那天卡兹对着我又抓又咬之后,我收到了一条信息,没有显示联系人,内容是问我有没有事。

我猜这应该是里苏特发过来的。

我这号码也算是公开的,反正能够调查到我放在明面上的基本资料,也就能够知道我的号码,相信暗杀组的实力是能够做到的。

我回了句「没事」,接着我和对面就都没有动静了,我也就没有再理会这个无关紧要的小插曲。

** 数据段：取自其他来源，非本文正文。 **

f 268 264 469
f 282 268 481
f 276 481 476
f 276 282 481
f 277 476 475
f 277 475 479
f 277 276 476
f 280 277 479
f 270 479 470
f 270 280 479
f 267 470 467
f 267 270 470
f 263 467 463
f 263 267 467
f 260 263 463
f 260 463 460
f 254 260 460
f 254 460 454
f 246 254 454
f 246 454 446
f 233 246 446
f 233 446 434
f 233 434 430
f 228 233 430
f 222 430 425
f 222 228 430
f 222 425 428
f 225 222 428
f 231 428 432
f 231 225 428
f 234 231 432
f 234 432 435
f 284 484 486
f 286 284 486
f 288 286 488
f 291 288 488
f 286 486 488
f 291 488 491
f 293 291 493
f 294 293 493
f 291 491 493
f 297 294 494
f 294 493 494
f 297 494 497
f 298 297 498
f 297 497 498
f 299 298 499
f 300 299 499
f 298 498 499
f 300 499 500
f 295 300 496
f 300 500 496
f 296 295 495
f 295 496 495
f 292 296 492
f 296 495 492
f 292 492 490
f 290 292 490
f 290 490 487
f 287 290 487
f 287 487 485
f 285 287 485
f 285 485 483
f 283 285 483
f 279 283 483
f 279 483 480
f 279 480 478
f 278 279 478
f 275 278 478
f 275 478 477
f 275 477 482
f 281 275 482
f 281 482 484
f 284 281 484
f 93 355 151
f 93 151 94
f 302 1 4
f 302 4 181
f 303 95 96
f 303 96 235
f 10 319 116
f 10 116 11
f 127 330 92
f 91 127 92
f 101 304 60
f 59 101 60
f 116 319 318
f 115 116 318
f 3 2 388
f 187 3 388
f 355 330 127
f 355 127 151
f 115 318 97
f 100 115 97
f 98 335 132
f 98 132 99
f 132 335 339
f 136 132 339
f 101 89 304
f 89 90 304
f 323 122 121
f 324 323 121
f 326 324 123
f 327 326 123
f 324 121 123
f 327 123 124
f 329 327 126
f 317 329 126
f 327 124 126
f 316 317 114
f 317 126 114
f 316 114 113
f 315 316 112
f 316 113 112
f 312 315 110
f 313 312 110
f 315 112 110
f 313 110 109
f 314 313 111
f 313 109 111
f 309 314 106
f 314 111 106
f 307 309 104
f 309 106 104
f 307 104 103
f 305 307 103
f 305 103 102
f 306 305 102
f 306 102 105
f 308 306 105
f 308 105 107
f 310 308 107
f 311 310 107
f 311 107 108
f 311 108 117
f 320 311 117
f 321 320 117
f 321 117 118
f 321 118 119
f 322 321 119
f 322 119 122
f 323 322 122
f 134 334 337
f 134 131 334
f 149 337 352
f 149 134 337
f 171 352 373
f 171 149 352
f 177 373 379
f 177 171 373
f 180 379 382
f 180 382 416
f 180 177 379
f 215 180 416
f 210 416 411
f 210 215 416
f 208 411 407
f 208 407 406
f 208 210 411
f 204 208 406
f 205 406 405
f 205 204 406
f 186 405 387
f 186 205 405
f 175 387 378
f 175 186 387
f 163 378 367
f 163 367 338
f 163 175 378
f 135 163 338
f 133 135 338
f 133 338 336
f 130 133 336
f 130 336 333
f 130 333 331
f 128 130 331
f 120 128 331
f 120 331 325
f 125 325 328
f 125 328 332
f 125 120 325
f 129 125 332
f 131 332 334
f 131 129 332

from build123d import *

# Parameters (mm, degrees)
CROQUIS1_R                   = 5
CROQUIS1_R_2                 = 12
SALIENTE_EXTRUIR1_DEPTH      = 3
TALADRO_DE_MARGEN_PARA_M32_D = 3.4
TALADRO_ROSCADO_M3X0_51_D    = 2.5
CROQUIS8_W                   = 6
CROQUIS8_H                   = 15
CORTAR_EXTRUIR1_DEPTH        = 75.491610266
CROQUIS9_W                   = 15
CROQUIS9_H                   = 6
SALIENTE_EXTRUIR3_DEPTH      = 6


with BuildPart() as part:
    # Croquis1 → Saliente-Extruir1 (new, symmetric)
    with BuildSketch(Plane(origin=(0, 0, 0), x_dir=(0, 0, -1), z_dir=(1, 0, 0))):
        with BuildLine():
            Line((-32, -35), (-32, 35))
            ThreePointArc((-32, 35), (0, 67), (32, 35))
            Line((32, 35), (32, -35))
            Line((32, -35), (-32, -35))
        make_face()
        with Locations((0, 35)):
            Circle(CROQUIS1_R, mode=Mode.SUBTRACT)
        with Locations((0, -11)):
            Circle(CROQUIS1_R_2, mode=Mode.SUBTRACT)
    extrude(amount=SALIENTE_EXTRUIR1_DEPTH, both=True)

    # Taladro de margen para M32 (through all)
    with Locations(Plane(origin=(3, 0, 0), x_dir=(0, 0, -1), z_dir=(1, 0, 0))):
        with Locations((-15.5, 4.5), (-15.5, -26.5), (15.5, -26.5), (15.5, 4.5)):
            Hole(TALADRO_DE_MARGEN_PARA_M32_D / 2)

外面又下雨了,那不勒斯的冬天经常是阴雨绵绵的,毕竟是地中海气候,冬季温和多雨。

虽然我不觉得这温度哪里温和了。

不过我不怕冷,这种天气待在家里也正好,打开供暖,听着雨声,在家里宅一天,舒畅。

我这房子坐落的环境并不算特别好,但至少是布加拉提的管辖范围内,因此治安的问题还算可以。

房子自带了个不小的院子,空地上被种上了不少鲜花,其中很多都是乔鲁诺在练习自己的替身能力时变出来的,很久都不会枯萎。有一些是别人送的,也有一些是自己帮衬着买的,被我用上了波纹,也是很长时间都能保持着盛开,所以这里简直跟温室大棚一样,很多都是反季节的花。

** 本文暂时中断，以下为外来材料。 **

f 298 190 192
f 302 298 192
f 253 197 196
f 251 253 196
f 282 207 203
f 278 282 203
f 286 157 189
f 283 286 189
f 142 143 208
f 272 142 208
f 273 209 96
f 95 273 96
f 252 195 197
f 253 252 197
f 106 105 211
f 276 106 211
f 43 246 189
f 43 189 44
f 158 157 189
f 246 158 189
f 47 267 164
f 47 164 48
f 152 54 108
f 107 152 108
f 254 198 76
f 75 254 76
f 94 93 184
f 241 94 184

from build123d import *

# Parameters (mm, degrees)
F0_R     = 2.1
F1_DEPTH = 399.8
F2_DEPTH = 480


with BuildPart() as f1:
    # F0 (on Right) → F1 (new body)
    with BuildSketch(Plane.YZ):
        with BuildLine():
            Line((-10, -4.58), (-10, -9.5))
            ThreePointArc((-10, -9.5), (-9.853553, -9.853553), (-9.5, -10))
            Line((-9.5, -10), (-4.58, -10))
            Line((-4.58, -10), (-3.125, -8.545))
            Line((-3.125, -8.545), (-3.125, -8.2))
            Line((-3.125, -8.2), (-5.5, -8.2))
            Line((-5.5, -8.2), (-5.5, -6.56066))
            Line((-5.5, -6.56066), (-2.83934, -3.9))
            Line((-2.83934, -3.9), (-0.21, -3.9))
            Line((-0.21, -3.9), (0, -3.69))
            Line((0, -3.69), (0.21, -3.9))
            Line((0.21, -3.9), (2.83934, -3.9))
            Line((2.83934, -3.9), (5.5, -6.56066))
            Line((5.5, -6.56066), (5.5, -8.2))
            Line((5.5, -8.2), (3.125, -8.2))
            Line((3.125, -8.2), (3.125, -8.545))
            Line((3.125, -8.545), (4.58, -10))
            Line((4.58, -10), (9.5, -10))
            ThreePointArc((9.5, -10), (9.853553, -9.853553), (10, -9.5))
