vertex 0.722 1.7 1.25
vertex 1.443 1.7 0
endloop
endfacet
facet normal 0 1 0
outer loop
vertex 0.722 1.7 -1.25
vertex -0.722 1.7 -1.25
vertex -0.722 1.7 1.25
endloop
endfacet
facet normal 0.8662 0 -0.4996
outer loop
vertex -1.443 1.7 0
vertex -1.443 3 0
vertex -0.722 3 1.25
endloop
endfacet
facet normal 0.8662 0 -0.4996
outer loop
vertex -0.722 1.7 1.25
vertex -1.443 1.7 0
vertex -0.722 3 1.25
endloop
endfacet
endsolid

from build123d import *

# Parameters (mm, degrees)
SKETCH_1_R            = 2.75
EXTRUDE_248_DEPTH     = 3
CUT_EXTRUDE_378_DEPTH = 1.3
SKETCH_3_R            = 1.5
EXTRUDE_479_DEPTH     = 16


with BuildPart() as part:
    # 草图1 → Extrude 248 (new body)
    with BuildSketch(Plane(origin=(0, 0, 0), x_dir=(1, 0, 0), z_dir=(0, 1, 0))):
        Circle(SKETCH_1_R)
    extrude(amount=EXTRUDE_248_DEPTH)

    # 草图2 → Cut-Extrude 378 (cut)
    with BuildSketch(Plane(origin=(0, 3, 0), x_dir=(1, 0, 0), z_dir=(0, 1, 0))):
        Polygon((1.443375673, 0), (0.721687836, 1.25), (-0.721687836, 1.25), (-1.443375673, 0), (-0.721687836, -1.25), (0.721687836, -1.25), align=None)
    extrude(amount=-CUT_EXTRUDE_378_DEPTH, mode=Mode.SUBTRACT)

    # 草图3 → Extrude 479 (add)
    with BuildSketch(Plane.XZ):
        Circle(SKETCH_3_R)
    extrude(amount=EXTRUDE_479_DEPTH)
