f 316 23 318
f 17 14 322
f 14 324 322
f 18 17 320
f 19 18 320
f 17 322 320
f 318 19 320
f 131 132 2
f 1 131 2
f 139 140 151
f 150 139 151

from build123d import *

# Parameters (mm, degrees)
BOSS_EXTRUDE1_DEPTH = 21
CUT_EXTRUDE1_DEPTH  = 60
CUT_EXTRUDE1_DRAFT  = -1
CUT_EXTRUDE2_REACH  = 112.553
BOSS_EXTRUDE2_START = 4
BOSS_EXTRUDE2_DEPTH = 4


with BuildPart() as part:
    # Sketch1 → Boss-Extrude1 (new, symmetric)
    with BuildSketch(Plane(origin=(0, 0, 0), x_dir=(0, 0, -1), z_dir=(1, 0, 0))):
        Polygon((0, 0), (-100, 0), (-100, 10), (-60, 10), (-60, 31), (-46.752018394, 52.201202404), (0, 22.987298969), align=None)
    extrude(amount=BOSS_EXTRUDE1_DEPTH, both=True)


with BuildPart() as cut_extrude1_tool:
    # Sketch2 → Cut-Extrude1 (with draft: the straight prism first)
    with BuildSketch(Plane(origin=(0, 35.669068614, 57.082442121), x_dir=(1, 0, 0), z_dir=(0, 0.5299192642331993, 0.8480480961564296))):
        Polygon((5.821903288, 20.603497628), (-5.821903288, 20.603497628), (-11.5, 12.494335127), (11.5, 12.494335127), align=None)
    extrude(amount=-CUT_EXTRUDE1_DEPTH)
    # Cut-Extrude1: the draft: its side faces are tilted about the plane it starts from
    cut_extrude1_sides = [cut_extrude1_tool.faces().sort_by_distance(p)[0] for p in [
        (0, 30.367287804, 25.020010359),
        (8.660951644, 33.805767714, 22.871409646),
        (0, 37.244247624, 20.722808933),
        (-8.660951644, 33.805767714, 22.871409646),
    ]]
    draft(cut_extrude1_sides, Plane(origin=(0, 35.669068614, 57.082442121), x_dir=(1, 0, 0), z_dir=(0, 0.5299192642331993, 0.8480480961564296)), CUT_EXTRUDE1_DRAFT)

我是没什么耐心去打理花花草草的,所以一般都是由乔鲁诺和卡兹负责。

而且稍微修修会长得更好,也更好看。

我趴在窗边,看着雨水打落在花瓣和枝叶上,雨水的降落被我的眼睛精准捕捉,看起来像是慢动作一样。透明的雨水落在花瓣上瞬间破碎,四散飞溅开来,转瞬即逝地折射着屋内的灯光。

花朵盛开着,贪婪地接收着雨水的洗礼,似乎花瓣都更加盛开。我注意到有片深粉色的花瓣盛开的角度过于大了,显得摇摇欲坠,它因为雨水的撞击而往下一坠,在水珠破碎后又反弹回去,我不由得想起了水滴石穿的典故,开始思考着要多少滴雨滴才能把这片花瓣打落。

事实告诉我,一滴就足够了。

一滴体积较大的雨滴,精准地从千米高空直接击中了花瓣与花托连接的部分,斩断了花瓣与花的联系,把本来就烂熟得摇摇欲坠的深粉色打落在了地上。

深粉色的花瓣落在泥土上,连颜色都黯淡下去。

我倒不会像黛玉一样会因为花儿落败而悲伤难过,那片花瓣从颜色就透露出了它已经开始腐败的信息,掉落下来不过是迟早的事情,要么被雨,要么被风。

我闭上眼睛,关闭了视觉。

今天的雨下得并不算很大,但是在我听来,雨声还是密集的。雨声落在不同地方的声音都是不一样的,落在钢筋混凝土上是沉闷的,落在泥土上是黏稠的,落在花叶上则变得轻快,落在伞面上便更加响亮。

嘀嗒、啪溻、哗啦、叮咚。

如果是稍微有点文学细胞的人来形容,那就是「如同交响乐一般」。

又或者是asmr,让人感到放松和舒缓的白噪音。

但是对我而言,实在是太吵了。

开挂之后五感增强,比究极生物都还要厉害,如果不把程度控制在普通人的水平,根本是无法忍受的。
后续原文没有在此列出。